EXERCISE REQUIREMENTS: From the listing below, set down exactly the lines between the one holding "f 62 146 64" and the one holding "F17_DEPTH = 25", inclusive. No other line is wanted.

RECORDS SHOWN:

....

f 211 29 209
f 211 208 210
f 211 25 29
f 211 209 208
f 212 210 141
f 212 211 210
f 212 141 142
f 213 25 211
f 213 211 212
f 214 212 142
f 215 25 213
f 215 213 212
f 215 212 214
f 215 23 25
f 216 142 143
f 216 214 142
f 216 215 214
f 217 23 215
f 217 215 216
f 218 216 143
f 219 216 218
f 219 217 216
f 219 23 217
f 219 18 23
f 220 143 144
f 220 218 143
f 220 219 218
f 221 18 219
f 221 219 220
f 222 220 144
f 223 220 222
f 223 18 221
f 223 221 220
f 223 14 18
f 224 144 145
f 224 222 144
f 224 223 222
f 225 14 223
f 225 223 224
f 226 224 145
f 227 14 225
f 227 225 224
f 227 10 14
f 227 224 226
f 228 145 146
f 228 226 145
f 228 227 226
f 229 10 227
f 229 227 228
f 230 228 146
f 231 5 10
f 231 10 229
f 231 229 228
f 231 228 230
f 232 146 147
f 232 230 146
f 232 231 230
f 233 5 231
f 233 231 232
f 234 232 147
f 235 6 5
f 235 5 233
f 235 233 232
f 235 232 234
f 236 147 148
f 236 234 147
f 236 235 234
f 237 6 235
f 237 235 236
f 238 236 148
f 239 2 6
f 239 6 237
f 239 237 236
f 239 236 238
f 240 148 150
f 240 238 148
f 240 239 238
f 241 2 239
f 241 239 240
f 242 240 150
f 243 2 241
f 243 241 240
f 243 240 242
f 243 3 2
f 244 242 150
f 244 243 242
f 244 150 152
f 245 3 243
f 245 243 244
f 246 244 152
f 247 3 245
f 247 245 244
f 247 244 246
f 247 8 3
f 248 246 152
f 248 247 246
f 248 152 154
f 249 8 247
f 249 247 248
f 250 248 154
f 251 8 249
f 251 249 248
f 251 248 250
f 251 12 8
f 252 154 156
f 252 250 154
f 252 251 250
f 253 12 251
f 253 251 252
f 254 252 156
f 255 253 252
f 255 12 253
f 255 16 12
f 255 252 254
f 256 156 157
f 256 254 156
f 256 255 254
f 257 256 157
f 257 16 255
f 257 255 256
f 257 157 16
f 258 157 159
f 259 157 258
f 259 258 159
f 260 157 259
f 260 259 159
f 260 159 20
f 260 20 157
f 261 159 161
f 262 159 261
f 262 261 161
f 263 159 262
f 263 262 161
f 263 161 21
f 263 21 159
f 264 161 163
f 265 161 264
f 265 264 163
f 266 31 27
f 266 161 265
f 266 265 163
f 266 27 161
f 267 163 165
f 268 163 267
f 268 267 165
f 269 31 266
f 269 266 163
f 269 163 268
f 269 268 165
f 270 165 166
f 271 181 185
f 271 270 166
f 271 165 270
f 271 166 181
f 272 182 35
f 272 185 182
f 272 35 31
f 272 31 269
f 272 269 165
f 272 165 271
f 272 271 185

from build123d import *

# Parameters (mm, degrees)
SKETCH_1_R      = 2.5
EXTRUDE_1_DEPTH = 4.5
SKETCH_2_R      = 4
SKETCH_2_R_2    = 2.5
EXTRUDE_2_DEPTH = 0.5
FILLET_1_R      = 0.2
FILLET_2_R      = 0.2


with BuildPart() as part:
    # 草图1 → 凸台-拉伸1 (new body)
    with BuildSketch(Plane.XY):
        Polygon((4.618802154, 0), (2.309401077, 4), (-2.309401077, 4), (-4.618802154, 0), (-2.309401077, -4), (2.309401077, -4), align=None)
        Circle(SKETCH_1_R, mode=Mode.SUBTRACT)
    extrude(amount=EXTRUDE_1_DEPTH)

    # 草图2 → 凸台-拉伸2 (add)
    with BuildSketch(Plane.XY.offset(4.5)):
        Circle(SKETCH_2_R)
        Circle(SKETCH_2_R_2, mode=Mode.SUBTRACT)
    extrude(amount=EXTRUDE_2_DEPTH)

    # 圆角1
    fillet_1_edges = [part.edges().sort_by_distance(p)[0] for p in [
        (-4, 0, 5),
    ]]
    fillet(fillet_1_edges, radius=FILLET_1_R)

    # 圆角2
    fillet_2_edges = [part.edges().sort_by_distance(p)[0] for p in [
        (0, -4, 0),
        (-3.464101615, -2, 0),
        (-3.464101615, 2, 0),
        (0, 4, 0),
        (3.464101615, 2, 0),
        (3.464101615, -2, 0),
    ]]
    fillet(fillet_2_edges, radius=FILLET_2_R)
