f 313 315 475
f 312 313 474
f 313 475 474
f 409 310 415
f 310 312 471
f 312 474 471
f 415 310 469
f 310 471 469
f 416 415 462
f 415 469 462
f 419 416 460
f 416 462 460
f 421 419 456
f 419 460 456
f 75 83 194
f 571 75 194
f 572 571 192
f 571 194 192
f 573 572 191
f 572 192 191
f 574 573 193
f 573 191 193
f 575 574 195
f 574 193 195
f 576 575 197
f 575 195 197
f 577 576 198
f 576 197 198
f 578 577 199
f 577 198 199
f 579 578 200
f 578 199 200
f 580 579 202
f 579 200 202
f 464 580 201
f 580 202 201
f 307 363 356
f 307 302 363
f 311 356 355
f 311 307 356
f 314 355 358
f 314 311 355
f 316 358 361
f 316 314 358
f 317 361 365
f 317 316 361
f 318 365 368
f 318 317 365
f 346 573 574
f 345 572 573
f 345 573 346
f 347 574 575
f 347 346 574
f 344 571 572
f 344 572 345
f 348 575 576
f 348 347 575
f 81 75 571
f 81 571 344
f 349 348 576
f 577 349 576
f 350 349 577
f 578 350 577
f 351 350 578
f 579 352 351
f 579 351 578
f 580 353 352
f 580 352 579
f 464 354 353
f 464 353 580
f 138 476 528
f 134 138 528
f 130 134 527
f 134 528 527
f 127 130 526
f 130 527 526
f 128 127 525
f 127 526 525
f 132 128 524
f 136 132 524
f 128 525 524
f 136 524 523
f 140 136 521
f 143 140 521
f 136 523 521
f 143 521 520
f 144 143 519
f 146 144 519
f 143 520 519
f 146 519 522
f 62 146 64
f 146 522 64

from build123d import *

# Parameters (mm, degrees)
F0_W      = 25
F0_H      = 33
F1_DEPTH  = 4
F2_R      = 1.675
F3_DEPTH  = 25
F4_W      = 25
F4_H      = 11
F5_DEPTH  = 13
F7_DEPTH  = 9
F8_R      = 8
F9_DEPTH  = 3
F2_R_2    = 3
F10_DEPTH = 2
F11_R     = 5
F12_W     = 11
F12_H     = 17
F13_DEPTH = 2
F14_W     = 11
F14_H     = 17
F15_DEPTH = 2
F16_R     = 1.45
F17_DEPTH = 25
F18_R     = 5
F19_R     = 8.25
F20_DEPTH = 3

....

EXERCISE SOLUTION:
f 62 146 64
f 146 522 64

from build123d import *

# Parameters (mm, degrees)
F0_W      = 25
F0_H      = 33
F1_DEPTH  = 4
F2_R      = 1.675
F3_DEPTH  = 25
F4_W      = 25
F4_H      = 11
F5_DEPTH  = 13
F7_DEPTH  = 9
F8_R      = 8
F9_DEPTH  = 3
F2_R_2    = 3
F10_DEPTH = 2
F11_R     = 5
F12_W     = 11
F12_H     = 17
F13_DEPTH = 2
F14_W     = 11
F14_H     = 17
F15_DEPTH = 2
F16_R     = 1.45
F17_DEPTH = 25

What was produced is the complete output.